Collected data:
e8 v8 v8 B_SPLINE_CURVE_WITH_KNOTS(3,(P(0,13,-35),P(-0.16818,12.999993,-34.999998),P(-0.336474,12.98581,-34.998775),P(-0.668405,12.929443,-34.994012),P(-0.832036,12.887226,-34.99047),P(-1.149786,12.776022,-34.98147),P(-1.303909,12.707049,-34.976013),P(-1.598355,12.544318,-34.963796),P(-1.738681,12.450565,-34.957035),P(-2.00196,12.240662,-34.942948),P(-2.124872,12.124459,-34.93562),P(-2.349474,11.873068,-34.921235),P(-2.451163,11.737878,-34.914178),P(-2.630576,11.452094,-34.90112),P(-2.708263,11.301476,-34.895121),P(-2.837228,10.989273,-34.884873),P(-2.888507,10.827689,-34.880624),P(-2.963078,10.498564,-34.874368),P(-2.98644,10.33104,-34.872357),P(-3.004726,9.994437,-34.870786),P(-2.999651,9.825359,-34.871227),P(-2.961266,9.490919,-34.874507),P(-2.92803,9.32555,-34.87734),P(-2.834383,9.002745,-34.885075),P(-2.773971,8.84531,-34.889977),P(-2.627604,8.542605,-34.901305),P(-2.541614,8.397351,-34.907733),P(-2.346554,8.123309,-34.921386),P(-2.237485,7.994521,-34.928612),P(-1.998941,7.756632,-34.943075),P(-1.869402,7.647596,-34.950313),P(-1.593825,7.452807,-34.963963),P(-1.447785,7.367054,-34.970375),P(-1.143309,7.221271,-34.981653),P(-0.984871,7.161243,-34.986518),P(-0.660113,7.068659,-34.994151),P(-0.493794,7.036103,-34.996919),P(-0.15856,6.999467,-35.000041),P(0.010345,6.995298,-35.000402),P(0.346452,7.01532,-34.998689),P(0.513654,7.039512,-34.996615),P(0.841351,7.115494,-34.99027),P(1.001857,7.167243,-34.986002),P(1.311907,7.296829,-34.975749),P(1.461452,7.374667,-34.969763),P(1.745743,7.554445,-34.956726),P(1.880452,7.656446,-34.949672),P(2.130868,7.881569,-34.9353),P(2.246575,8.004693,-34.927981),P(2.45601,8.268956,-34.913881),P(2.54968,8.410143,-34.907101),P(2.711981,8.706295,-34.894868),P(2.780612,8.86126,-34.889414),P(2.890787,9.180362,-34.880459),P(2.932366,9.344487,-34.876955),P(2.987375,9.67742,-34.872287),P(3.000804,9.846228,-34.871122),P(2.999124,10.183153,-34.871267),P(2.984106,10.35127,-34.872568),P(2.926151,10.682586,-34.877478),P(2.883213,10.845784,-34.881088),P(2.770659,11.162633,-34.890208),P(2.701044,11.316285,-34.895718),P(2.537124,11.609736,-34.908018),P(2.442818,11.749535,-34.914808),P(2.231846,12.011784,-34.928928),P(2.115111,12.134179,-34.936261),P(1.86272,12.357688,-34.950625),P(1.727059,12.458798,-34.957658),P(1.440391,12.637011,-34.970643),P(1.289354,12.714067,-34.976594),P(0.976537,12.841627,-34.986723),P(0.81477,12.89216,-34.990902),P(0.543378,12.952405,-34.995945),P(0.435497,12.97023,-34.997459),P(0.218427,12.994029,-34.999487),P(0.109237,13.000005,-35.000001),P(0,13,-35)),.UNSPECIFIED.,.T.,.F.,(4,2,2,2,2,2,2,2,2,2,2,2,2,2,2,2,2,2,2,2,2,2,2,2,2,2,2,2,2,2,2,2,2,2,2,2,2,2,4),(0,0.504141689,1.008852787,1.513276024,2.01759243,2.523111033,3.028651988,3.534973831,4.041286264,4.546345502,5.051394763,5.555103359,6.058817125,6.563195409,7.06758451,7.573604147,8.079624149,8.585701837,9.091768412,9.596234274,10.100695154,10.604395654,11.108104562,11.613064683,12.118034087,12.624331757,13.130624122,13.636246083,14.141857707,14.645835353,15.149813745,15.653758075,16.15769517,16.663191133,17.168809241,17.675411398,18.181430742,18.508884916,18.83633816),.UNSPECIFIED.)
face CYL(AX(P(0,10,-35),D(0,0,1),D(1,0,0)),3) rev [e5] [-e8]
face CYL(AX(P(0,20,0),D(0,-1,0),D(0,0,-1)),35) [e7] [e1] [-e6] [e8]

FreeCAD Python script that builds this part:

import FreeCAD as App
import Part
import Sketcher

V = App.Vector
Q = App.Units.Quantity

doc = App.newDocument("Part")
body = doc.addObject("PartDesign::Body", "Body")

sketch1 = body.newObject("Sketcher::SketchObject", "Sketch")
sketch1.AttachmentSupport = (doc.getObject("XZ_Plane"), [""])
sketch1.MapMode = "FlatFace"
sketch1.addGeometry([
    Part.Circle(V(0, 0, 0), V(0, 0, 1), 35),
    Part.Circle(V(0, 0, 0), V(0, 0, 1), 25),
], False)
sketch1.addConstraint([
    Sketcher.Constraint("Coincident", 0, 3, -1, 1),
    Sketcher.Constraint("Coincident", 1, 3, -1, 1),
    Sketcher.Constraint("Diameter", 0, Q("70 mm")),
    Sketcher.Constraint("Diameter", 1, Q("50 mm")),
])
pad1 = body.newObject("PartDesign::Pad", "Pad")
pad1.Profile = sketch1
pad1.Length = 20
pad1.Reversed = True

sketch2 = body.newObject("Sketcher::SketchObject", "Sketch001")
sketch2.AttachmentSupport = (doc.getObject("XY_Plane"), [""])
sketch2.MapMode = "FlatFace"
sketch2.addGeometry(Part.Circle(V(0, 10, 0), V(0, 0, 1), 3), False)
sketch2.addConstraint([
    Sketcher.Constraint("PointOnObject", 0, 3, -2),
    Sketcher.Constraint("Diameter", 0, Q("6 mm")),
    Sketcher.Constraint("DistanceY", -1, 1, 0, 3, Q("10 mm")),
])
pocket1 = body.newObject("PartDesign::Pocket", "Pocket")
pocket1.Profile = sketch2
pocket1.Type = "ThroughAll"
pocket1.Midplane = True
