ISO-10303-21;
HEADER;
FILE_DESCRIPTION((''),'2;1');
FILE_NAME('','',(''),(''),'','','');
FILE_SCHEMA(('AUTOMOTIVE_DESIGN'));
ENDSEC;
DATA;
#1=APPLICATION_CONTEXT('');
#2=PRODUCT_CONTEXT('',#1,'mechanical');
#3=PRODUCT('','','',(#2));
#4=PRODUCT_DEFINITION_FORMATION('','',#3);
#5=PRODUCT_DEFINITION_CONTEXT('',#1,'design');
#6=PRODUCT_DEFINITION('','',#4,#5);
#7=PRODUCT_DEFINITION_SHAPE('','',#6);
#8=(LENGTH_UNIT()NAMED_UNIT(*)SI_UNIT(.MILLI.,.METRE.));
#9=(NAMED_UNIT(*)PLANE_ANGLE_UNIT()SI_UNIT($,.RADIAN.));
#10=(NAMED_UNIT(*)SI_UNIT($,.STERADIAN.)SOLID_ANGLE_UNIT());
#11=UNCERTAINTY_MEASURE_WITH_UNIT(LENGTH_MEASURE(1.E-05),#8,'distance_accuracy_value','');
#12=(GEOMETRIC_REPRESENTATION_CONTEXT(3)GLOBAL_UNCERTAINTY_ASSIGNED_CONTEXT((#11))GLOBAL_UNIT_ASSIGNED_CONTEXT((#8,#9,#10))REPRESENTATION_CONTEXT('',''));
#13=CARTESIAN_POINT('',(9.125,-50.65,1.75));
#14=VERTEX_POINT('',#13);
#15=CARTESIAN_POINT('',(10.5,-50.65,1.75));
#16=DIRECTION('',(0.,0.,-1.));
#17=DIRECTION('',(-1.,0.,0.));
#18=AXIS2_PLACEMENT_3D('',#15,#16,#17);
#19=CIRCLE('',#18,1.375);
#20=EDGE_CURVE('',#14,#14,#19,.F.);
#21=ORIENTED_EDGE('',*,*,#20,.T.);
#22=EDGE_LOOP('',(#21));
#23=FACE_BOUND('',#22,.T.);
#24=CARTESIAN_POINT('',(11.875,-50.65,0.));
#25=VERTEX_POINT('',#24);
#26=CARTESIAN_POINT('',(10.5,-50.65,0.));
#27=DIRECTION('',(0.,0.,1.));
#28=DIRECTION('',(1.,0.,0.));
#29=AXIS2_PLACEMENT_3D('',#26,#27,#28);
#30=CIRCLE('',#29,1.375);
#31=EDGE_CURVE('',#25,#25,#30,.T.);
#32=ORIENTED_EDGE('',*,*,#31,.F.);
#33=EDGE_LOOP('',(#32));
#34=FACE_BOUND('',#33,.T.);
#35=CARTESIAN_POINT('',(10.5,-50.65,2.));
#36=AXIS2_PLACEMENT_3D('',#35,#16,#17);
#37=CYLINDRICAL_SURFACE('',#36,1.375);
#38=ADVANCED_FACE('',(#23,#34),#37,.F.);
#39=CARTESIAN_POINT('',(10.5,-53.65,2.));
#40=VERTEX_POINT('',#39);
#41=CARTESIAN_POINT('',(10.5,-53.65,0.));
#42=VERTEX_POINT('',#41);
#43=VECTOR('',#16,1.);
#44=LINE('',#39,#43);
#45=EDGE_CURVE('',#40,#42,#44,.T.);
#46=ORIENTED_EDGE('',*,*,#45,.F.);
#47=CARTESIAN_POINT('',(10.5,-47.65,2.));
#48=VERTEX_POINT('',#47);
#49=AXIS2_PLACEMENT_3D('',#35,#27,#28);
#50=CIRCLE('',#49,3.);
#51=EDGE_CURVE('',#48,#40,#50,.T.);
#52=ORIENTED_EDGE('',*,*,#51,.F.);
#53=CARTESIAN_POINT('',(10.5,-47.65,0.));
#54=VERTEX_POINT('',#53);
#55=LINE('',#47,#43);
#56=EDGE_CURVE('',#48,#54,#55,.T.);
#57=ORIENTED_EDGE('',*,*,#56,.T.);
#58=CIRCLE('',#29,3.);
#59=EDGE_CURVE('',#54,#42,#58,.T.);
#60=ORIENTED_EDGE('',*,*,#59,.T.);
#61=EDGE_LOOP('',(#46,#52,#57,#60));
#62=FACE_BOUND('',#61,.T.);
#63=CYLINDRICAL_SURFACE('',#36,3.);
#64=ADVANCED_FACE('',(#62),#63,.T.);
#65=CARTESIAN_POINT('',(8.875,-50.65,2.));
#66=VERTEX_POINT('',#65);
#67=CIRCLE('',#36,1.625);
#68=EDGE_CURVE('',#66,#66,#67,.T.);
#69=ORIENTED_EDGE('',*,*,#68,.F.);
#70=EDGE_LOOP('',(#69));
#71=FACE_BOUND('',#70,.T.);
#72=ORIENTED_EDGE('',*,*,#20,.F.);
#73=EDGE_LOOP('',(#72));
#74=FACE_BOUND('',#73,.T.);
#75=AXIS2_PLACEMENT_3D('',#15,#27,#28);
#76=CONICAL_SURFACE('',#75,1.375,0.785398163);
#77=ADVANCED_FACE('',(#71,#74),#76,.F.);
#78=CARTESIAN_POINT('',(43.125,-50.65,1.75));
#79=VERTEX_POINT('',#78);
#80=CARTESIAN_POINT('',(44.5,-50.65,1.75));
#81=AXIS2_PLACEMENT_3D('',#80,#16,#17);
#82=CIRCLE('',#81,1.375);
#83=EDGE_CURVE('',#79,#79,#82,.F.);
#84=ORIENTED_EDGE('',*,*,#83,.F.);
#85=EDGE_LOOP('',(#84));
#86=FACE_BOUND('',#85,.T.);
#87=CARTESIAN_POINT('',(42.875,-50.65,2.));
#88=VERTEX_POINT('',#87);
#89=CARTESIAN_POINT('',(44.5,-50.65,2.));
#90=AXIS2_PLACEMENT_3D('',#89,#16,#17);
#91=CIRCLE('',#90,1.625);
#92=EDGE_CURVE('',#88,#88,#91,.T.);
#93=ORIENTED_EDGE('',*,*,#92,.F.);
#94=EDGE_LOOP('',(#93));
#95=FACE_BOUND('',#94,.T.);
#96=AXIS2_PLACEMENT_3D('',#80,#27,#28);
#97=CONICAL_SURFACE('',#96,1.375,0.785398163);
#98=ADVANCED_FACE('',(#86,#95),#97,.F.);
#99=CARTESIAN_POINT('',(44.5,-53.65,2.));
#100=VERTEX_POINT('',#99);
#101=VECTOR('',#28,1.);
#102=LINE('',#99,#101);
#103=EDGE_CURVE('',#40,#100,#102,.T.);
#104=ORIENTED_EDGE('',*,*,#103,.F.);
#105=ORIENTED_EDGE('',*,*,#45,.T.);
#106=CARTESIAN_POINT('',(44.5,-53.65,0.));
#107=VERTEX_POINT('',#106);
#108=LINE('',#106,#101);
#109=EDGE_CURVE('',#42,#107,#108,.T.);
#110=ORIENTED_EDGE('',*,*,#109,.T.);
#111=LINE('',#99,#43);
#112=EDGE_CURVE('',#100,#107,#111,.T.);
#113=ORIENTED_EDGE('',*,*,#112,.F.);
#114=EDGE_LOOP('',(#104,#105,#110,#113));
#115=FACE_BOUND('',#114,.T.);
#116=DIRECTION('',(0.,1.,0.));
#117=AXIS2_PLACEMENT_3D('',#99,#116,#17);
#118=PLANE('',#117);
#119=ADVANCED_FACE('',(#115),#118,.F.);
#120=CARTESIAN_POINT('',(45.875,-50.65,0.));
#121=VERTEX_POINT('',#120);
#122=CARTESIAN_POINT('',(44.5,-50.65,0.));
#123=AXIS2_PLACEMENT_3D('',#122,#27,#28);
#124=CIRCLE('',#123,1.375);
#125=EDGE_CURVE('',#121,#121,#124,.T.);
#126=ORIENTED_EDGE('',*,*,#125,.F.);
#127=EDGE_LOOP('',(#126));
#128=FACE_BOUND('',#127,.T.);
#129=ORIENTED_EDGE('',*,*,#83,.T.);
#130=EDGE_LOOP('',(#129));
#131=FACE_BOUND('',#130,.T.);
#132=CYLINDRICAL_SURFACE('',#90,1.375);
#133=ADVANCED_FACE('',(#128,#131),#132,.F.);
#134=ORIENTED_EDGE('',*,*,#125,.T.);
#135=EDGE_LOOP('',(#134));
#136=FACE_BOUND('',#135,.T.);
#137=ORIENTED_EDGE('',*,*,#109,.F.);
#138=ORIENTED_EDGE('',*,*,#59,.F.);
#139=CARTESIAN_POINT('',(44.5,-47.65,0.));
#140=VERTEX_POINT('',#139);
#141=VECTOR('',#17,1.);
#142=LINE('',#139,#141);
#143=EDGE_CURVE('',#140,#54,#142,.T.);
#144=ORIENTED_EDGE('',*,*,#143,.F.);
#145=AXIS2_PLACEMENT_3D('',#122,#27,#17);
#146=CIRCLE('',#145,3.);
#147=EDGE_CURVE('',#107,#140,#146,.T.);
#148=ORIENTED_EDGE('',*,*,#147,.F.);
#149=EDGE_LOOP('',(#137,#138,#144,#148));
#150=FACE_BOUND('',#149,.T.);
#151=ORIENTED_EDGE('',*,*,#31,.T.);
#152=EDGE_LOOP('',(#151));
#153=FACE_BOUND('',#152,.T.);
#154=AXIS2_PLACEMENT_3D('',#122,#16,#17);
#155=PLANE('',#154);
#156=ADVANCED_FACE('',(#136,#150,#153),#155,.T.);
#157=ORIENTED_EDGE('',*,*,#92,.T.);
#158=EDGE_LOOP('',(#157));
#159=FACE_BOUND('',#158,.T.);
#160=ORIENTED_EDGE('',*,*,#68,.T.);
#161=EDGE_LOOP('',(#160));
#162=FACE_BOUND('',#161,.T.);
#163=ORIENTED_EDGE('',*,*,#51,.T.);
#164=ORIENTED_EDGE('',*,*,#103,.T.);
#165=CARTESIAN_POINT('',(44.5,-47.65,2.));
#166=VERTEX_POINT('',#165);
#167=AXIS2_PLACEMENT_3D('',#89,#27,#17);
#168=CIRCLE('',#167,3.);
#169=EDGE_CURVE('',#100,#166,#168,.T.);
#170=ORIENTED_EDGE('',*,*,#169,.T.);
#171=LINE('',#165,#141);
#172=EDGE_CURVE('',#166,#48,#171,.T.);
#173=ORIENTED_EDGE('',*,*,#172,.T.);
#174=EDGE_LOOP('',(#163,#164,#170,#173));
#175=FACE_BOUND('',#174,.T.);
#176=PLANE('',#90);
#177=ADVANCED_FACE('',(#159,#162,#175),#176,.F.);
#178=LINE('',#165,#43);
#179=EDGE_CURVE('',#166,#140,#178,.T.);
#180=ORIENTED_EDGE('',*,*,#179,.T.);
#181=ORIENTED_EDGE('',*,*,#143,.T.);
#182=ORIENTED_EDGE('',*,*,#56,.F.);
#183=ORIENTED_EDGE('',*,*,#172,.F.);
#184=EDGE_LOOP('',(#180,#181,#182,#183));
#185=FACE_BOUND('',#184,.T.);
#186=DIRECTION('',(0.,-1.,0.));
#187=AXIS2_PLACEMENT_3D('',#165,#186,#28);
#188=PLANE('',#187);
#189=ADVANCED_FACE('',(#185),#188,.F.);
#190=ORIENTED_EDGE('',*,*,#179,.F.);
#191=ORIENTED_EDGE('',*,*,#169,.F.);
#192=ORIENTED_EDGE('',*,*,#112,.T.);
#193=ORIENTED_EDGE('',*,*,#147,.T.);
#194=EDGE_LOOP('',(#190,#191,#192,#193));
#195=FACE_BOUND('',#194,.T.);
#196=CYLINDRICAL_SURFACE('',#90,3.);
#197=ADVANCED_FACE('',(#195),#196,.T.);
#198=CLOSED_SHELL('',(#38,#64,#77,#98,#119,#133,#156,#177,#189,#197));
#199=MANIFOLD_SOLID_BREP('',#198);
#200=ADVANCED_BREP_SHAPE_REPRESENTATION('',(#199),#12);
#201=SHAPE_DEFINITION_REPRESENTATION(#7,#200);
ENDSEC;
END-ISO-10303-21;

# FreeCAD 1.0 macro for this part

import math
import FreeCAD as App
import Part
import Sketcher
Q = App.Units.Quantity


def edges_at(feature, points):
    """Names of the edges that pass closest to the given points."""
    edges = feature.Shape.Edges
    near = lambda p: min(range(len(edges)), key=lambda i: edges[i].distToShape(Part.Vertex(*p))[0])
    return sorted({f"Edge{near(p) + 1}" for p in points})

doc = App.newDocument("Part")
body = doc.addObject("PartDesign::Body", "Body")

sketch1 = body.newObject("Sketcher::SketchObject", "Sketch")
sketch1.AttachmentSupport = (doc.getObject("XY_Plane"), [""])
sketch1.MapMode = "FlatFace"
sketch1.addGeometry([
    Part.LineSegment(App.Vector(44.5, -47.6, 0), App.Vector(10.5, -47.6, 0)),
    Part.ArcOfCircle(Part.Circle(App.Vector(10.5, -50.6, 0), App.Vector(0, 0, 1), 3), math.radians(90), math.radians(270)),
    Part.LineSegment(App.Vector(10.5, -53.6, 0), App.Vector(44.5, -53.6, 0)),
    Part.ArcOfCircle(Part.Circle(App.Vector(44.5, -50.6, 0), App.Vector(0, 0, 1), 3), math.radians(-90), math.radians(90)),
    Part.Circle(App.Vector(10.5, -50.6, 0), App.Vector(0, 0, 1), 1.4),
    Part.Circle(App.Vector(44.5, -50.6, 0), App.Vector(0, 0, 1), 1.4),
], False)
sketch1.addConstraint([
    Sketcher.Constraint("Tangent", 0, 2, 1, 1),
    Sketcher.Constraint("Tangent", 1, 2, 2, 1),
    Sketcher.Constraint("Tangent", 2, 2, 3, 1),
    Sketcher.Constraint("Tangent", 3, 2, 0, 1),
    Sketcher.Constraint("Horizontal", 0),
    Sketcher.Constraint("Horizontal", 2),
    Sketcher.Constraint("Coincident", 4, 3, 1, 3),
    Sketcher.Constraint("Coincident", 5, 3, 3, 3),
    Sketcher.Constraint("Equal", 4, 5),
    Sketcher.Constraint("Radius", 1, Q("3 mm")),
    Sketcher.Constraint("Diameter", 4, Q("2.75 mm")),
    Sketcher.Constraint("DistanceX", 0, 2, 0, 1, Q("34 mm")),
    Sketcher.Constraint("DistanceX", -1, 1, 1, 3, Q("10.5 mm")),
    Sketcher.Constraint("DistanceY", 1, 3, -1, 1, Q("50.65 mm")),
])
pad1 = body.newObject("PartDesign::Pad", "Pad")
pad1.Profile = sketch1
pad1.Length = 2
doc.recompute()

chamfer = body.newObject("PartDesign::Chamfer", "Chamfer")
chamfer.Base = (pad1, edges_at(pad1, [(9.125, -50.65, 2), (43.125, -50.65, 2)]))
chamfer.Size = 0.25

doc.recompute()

### Problem description
Give the exact lines, and only those, from the line containing "#99=CARTESIAN_POINT('',(44.5,-53.65,2.));" through the line containing "#128=FACE_BOUND('',#127,.T.);" in the entries above.

### Task output
#99=CARTESIAN_POINT('',(44.5,-53.65,2.));
#100=VERTEX_POINT('',#99);
#101=VECTOR('',#28,1.);
#102=LINE('',#99,#101);
#103=EDGE_CURVE('',#40,#100,#102,.T.);
#104=ORIENTED_EDGE('',*,*,#103,.F.);
#105=ORIENTED_EDGE('',*,*,#45,.T.);
#106=CARTESIAN_POINT('',(44.5,-53.65,0.));
#107=VERTEX_POINT('',#106);
#108=LINE('',#106,#101);
#109=EDGE_CURVE('',#42,#107,#108,.T.);
#110=ORIENTED_EDGE('',*,*,#109,.T.);
#111=LINE('',#99,#43);
#112=EDGE_CURVE('',#100,#107,#111,.T.);
#113=ORIENTED_EDGE('',*,*,#112,.F.);
#114=EDGE_LOOP('',(#104,#105,#110,#113));
#115=FACE_BOUND('',#114,.T.);
#116=DIRECTION('',(0.,1.,0.));
#117=AXIS2_PLACEMENT_3D('',#99,#116,#17);
#118=PLANE('',#117);
#119=ADVANCED_FACE('',(#115),#118,.F.);
#120=CARTESIAN_POINT('',(45.875,-50.65,0.));
#121=VERTEX_POINT('',#120);
#122=CARTESIAN_POINT('',(44.5,-50.65,0.));
#123=AXIS2_PLACEMENT_3D('',#122,#27,#28);
#124=CIRCLE('',#123,1.375);
#125=EDGE_CURVE('',#121,#121,#124,.T.);
#126=ORIENTED_EDGE('',*,*,#125,.F.);
#127=EDGE_LOOP('',(#126));
#128=FACE_BOUND('',#127,.T.);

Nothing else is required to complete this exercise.